▶ [YOUR ASSIGNMENT]: May I have the line containing "# F4 (on Right) → F5 (revolve)" and every line after it through the end of the data, repeated exactly and with no other lines?

┄┄┄┄┄┄┄┄┄┄┄┄┄┄┄┄┄┄┄┄

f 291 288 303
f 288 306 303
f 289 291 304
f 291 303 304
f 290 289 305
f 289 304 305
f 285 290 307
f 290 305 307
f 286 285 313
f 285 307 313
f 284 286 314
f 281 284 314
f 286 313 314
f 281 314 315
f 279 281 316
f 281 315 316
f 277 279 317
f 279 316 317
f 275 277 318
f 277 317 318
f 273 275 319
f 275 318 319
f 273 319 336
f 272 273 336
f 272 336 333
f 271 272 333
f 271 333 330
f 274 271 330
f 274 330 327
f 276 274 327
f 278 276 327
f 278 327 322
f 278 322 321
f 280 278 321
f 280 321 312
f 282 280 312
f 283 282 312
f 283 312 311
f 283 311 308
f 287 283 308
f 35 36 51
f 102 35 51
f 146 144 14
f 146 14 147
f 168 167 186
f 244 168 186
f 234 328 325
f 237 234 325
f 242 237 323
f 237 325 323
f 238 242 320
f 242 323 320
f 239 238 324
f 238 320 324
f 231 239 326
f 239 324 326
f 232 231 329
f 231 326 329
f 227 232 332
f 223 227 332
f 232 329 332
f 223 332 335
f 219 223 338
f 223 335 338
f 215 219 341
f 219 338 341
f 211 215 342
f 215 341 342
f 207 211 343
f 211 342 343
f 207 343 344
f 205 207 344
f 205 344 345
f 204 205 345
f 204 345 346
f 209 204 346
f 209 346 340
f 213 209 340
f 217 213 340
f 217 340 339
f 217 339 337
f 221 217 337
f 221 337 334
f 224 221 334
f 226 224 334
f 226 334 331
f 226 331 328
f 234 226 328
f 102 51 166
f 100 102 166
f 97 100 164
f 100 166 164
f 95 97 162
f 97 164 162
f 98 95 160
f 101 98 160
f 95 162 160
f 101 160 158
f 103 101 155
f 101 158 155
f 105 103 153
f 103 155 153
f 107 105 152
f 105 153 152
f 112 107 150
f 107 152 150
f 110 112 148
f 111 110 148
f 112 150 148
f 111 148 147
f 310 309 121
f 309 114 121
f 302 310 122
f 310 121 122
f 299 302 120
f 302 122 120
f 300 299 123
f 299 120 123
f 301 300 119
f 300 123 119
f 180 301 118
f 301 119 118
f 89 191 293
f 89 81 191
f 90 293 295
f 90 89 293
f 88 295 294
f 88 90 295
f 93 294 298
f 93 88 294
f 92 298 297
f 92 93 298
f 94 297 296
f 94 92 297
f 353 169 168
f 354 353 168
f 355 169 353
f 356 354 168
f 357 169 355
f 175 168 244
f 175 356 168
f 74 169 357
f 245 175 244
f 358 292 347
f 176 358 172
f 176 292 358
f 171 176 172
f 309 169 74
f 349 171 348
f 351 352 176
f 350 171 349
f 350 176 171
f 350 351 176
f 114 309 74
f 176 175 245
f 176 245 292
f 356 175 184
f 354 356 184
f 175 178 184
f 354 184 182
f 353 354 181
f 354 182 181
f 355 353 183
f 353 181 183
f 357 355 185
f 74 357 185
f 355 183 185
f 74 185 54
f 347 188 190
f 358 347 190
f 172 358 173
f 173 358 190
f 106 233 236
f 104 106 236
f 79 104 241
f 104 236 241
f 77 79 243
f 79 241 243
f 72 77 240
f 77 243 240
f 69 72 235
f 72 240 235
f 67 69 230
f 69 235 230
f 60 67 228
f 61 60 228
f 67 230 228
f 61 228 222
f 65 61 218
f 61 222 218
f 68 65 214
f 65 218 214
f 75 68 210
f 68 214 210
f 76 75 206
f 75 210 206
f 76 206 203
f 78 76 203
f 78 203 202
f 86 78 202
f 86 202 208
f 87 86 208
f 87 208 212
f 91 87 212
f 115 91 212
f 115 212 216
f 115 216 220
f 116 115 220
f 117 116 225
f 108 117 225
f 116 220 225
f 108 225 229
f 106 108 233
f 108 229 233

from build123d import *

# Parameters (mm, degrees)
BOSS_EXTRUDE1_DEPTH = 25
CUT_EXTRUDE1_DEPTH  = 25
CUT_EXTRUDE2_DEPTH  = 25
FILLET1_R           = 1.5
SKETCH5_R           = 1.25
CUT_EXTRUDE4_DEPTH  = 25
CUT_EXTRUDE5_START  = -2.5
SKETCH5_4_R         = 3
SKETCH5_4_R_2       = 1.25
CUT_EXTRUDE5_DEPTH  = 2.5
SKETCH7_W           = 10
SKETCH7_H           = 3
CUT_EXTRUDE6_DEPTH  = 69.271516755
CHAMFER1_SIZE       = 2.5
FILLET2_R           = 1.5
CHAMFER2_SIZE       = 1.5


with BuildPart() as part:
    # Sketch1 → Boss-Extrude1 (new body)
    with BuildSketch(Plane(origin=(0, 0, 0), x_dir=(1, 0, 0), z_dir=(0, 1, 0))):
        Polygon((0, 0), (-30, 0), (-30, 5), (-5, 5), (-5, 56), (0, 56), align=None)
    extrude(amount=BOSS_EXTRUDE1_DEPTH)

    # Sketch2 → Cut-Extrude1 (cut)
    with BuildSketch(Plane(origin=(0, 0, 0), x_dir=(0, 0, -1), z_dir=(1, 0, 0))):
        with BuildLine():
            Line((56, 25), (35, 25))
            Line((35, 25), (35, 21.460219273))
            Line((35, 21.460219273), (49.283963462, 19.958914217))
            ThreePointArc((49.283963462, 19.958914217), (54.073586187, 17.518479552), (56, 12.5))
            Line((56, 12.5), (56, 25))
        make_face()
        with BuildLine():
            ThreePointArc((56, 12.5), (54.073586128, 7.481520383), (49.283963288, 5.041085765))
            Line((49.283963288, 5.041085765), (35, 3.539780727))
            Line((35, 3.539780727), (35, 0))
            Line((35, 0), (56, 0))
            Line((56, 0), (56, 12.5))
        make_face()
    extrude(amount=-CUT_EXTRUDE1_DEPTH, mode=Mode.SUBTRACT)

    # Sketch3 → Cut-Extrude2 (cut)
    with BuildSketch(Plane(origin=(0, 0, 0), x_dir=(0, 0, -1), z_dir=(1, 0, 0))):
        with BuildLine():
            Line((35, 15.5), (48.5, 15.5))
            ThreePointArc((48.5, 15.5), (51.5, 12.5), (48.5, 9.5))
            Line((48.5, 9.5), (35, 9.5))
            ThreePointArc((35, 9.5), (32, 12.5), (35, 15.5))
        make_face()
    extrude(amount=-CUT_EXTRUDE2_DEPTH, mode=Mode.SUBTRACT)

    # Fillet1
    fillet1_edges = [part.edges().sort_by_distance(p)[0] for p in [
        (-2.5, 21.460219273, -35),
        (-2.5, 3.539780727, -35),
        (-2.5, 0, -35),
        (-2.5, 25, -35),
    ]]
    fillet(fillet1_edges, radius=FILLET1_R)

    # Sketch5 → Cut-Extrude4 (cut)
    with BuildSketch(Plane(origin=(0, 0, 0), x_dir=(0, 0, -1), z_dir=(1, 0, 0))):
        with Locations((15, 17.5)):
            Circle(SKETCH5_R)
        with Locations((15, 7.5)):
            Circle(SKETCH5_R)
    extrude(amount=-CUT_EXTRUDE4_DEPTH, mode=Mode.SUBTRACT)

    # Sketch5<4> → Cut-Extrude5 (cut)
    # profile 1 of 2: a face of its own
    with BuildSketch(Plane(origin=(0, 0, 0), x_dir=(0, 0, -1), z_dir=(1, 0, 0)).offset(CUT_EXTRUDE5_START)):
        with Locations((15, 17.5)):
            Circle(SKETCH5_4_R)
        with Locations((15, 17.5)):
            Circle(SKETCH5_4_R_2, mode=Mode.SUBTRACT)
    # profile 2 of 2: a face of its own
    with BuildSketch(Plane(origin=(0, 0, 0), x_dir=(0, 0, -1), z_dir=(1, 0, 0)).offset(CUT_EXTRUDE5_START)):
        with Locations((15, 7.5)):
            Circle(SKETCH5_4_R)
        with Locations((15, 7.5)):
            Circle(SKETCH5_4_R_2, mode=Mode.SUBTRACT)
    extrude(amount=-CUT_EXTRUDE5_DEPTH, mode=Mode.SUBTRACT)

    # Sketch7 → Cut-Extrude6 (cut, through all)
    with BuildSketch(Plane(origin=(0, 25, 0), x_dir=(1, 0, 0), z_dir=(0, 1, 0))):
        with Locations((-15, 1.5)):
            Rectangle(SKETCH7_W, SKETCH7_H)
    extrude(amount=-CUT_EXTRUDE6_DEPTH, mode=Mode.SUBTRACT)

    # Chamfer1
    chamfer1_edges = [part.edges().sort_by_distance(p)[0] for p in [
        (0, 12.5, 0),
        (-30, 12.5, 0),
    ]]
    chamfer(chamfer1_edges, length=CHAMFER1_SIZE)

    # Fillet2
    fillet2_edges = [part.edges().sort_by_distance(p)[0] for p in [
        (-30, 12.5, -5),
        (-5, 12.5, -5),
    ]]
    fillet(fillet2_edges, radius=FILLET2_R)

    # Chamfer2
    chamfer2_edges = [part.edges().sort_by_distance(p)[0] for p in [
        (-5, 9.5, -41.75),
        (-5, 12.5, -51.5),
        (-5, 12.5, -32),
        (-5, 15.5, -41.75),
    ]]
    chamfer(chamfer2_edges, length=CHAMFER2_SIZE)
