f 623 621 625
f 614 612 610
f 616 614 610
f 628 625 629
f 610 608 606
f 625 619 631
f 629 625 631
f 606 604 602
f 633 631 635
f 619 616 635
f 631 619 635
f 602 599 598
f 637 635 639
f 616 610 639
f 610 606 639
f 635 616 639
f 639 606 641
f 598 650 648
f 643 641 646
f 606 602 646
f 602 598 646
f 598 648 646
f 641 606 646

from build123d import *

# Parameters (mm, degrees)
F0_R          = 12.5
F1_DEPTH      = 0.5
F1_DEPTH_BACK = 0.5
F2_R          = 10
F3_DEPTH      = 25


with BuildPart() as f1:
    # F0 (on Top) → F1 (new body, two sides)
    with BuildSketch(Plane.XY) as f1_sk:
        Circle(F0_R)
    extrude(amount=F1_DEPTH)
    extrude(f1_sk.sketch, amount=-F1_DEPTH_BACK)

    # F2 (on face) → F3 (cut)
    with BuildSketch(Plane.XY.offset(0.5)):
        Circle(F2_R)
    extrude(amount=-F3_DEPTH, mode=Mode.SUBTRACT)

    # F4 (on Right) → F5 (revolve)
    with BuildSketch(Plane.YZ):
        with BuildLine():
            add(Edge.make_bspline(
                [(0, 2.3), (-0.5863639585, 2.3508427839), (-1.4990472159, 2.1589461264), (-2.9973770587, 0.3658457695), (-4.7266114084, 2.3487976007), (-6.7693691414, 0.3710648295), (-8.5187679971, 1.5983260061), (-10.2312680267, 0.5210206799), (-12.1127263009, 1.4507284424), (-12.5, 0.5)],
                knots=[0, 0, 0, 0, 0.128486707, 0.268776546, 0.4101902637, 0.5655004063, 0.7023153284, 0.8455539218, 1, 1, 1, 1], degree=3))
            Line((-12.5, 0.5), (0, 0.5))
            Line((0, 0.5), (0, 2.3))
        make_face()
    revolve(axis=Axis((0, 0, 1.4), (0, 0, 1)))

┄┄┄┄┄┄┄┄┄┄┄┄┄┄┄┄┄┄┄┄

▶ [WRITTEN RESPONSE]:
    # F4 (on Right) → F5 (revolve)
    with BuildSketch(Plane.YZ):
        with BuildLine():
            add(Edge.make_bspline(
                [(0, 2.3), (-0.5863639585, 2.3508427839), (-1.4990472159, 2.1589461264), (-2.9973770587, 0.3658457695), (-4.7266114084, 2.3487976007), (-6.7693691414, 0.3710648295), (-8.5187679971, 1.5983260061), (-10.2312680267, 0.5210206799), (-12.1127263009, 1.4507284424), (-12.5, 0.5)],
                knots=[0, 0, 0, 0, 0.128486707, 0.268776546, 0.4101902637, 0.5655004063, 0.7023153284, 0.8455539218, 1, 1, 1, 1], degree=3))
            Line((-12.5, 0.5), (0, 0.5))
            Line((0, 0.5), (0, 2.3))
        make_face()
    revolve(axis=Axis((0, 0, 1.4), (0, 0, 1)))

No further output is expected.